Assigned task >>
Repeat exactly the opening lines of the records, ending with the line that contains "Line((-7.824024, 20), (1.175976, 20))".

Stored items from a collection
·····
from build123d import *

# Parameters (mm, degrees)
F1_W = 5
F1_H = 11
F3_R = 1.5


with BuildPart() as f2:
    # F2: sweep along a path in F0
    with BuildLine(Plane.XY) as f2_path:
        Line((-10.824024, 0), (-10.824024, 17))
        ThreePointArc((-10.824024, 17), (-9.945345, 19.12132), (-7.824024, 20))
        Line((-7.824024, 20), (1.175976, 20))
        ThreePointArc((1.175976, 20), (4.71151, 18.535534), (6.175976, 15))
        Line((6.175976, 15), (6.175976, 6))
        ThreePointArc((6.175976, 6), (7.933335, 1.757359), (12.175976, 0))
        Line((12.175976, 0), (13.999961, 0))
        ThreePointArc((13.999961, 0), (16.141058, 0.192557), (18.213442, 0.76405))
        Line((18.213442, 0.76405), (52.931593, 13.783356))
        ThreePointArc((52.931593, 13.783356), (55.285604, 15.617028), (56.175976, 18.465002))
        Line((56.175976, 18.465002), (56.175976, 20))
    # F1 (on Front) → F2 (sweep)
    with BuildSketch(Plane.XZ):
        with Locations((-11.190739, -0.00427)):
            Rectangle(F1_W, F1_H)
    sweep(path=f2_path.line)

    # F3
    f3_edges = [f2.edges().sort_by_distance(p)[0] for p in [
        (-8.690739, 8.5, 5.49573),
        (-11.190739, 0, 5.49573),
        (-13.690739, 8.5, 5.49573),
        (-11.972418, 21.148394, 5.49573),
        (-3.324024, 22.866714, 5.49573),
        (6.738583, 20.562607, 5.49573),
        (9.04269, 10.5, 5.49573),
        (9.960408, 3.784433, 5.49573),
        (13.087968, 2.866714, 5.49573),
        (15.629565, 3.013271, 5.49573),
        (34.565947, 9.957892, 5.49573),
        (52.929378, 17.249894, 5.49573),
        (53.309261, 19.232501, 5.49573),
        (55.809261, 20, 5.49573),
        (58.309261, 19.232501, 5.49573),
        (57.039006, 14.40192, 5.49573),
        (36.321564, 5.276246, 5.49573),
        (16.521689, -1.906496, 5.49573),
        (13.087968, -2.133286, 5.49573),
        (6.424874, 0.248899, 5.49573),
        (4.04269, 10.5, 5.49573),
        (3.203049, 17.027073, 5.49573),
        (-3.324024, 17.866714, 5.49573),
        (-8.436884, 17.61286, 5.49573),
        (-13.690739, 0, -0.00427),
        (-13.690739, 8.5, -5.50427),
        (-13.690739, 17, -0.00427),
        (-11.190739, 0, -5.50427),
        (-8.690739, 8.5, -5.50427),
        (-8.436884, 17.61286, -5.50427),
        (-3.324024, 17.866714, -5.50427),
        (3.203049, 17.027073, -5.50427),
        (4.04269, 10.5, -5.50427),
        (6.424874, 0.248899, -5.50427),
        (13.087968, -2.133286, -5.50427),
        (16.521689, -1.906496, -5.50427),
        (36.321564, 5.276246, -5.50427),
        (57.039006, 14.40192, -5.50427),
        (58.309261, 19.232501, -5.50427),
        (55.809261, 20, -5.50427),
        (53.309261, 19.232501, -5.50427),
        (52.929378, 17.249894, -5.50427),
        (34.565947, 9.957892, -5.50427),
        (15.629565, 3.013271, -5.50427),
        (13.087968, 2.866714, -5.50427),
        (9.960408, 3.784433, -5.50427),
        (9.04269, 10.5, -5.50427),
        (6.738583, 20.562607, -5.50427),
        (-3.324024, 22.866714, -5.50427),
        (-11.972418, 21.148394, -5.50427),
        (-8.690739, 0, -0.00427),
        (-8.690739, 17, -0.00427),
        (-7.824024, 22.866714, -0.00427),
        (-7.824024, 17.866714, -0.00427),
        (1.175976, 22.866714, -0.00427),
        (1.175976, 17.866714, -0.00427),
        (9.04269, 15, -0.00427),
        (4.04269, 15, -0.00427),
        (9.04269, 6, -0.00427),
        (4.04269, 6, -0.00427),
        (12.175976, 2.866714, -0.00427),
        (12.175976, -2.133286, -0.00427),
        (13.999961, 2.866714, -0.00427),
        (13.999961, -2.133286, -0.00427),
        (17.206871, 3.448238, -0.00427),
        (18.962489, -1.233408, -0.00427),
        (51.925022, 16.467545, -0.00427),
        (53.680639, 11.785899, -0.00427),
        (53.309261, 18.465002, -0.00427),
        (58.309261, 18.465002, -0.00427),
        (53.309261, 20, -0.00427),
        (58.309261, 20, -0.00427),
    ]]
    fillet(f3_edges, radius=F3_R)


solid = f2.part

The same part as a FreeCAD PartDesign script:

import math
import FreeCAD as App
import Part
import Sketcher
from FreeCAD import Vector

doc = App.newDocument("Part")
params = doc.addObject("Spreadsheet::Sheet", "Params")
for row, (alias, value) in enumerate([
    ("sketch1_width", "5 mm"),
    ("sketch1_height", "11 mm"),
    ("sketch2_radius", "2.999999 mm"),
    ("sketch2_radius2", "5 mm"),
    ("sketch2_radius3", "5.999999 mm"),
    ("sketch2_width", "9 mm"),
    ("fillet_radius", "1.5 mm"),
], start=1):
    params.set(f"A{row}", alias)
    params.set(f"B{row}", "=" + value)
    params.setAlias(f"B{row}", alias)

body = doc.addObject("PartDesign::Body", "Body")

# Sketch on XZ plane
sketch1 = body.newObject("Sketcher::SketchObject", "Sketch")
sketch1.AttachmentSupport = (doc.getObject("XZ_Plane"), [""])
sketch1.MapMode = "FlatFace"
sketch1.addGeometry([
    Part.LineSegment(Vector(-14, 5, 0), Vector(-14, -6, 0)),
    Part.LineSegment(Vector(-14, -6, 0), Vector(-9, -6, 0)),
    Part.LineSegment(Vector(-9, -6, 0), Vector(-9, 5, 0)),
    Part.LineSegment(Vector(-9, 5, 0), Vector(-14, 5, 0)),
], False)
sketch1.addConstraint([
    Sketcher.Constraint("Coincident", 0, 2, 1, 1),
    Sketcher.Constraint("Coincident", 1, 2, 2, 1),
    Sketcher.Constraint("Coincident", 2, 2, 3, 1),
    Sketcher.Constraint("Coincident", 3, 2, 0, 1),
    Sketcher.Constraint("Vertical", 0),
    Sketcher.Constraint("Horizontal", 1),
    Sketcher.Constraint("Vertical", 2),
    Sketcher.Constraint("Horizontal", 3),
    Sketcher.Constraint("DistanceX", 1, 1, 1, 2, 5.0),
    Sketcher.Constraint("DistanceY", 0, 2, 0, 1, 11.0),
    Sketcher.Constraint("DistanceX", 0, 2, -1, 1, 13.690739),
    Sketcher.Constraint("DistanceY", 0, 2, -1, 1, 5.50427),
])
sketch1.setExpression("Constraints[8]", "Params.sketch1_width")
sketch1.setExpression("Constraints[9]", "Params.sketch1_height")

# Sketch on XY plane
sketch2 = body.newObject("Sketcher::SketchObject", "Sketch001")
sketch2.AttachmentSupport = (doc.getObject("XY_Plane"), [""])
sketch2.MapMode = "FlatFace"
sketch2.addGeometry([
    Part.LineSegment(Vector(-10.8, 0, 0), Vector(-10.8, 17, 0)),  # 0
    Part.ArcOfCircle(Part.Circle(Vector(-7.8, 17, 0), Vector(0, 0, 1), 3), math.radians(90), math.radians(180)),  # 1
    Part.LineSegment(Vector(-7.8, 20, 0), Vector(1.2, 20, 0)),  # 2
    Part.ArcOfCircle(Part.Circle(Vector(1.2, 15, 0), Vector(0, 0, 1), 5), math.radians(0), math.radians(90)),  # 3
    Part.LineSegment(Vector(6.2, 15, 0), Vector(6.2, 6, 0)),  # 4
    Part.ArcOfCircle(Part.Circle(Vector(12.2, 6, 0), Vector(0, 0, 1), 6), math.radians(180), math.radians(270)),  # 5
    Part.LineSegment(Vector(12.2, 0, 0), Vector(14, 0, 0)),  # 6
    Part.ArcOfCircle(Part.Circle(Vector(14, 12, 0), Vector(0, 0, 1), 12), math.radians(-90), math.radians(-69)),  # 7
    Part.LineSegment(Vector(18.2, 0.8, 0), Vector(52.9, 13.8, 0)),  # 8
    Part.ArcOfCircle(Part.Circle(Vector(51.2, 18.5, 0), Vector(0, 0, 1), 5), math.radians(-69), math.radians(0)),  # 9
    Part.LineSegment(Vector(56.2, 18.5, 0), Vector(56.2, 20, 0)),  # 10
], False)
sketch2.addConstraint([
    Sketcher.Constraint("Tangent", 0, 2, 1, 2),
    Sketcher.Constraint("Tangent", 1, 1, 2, 1),
    Sketcher.Constraint("Tangent", 2, 2, 3, 2),
    Sketcher.Constraint("Tangent", 3, 1, 4, 1),
    Sketcher.Constraint("Tangent", 4, 2, 5, 1),
    Sketcher.Constraint("Tangent", 5, 2, 6, 1),
    Sketcher.Constraint("Tangent", 6, 2, 7, 1),
    Sketcher.Constraint("Tangent", 7, 2, 8, 1),
    Sketcher.Constraint("Tangent", 8, 2, 9, 1),
    Sketcher.Constraint("Tangent", 9, 2, 10, 1),
    Sketcher.Constraint("Vertical", 0),
    Sketcher.Constraint("Horizontal", 2),
    Sketcher.Constraint("Vertical", 4),
    Sketcher.Constraint("Horizontal", 6),
    Sketcher.Constraint("Vertical", 10),
    Sketcher.Constraint("Equal", 3, 9),
    Sketcher.Constraint("PointOnObject", 0, 1, -1),
    Sketcher.Constraint("PointOnObject", 5, 2, -1),
    Sketcher.Constraint("Horizontal", 2, 2, 10, 2),
    Sketcher.Constraint("Equal", 2, 4),
    Sketcher.Constraint("Radius", 1, 2.999999),
    Sketcher.Constraint("Radius", 3, 5.0),
    Sketcher.Constraint("Radius", 5, 5.999999),
    Sketcher.Constraint("DistanceX", 2, 1, 2, 2, 9.0),
    Sketcher.Constraint("DistanceX", 5, 3, 9, 3, 39.0),
    Sketcher.Constraint("DistanceY", 10, 1, 10, 2, 1.534998),
    Sketcher.Constraint("Distance", 8, 37.079001),
    Sketcher.Constraint("Radius", 7, 11.999976),
    Sketcher.Constraint("DistanceX", -1, 1, 6, 2, 13.999961),
])
sketch2.setExpression("Constraints[20]", "Params.sketch2_radius")
sketch2.setExpression("Constraints[21]", "Params.sketch2_radius2")
sketch2.setExpression("Constraints[22]", "Params.sketch2_radius3")
sketch2.setExpression("Constraints[23]", "Params.sketch2_width")
doc.recompute()

additivepipe = body.newObject("PartDesign::AdditivePipe", "AdditivePipe")
additivepipe.Profile = sketch1
additivepipe.Spine = (sketch2, ["Edge1", "Edge2", "Edge3", "Edge4", "Edge5", "Edge6", "Edge7", "Edge8", "Edge9", "Edge10", "Edge11"])
doc.recompute()

fillet = body.newObject("PartDesign::Fillet", "Fillet")
fillet.Base = (additivepipe, ["Edge1"])
fillet.UseAllEdges = True
fillet.setExpression("Radius", "Params.fillet_radius")

doc.recompute()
·····
Answer to the problem >>
from build123d import *

# Parameters (mm, degrees)
F1_W = 5
F1_H = 11
F3_R = 1.5


with BuildPart() as f2:
    # F2: sweep along a path in F0
    with BuildLine(Plane.XY) as f2_path:
        Line((-10.824024, 0), (-10.824024, 17))
        ThreePointArc((-10.824024, 17), (-9.945345, 19.12132), (-7.824024, 20))
        Line((-7.824024, 20), (1.175976, 20))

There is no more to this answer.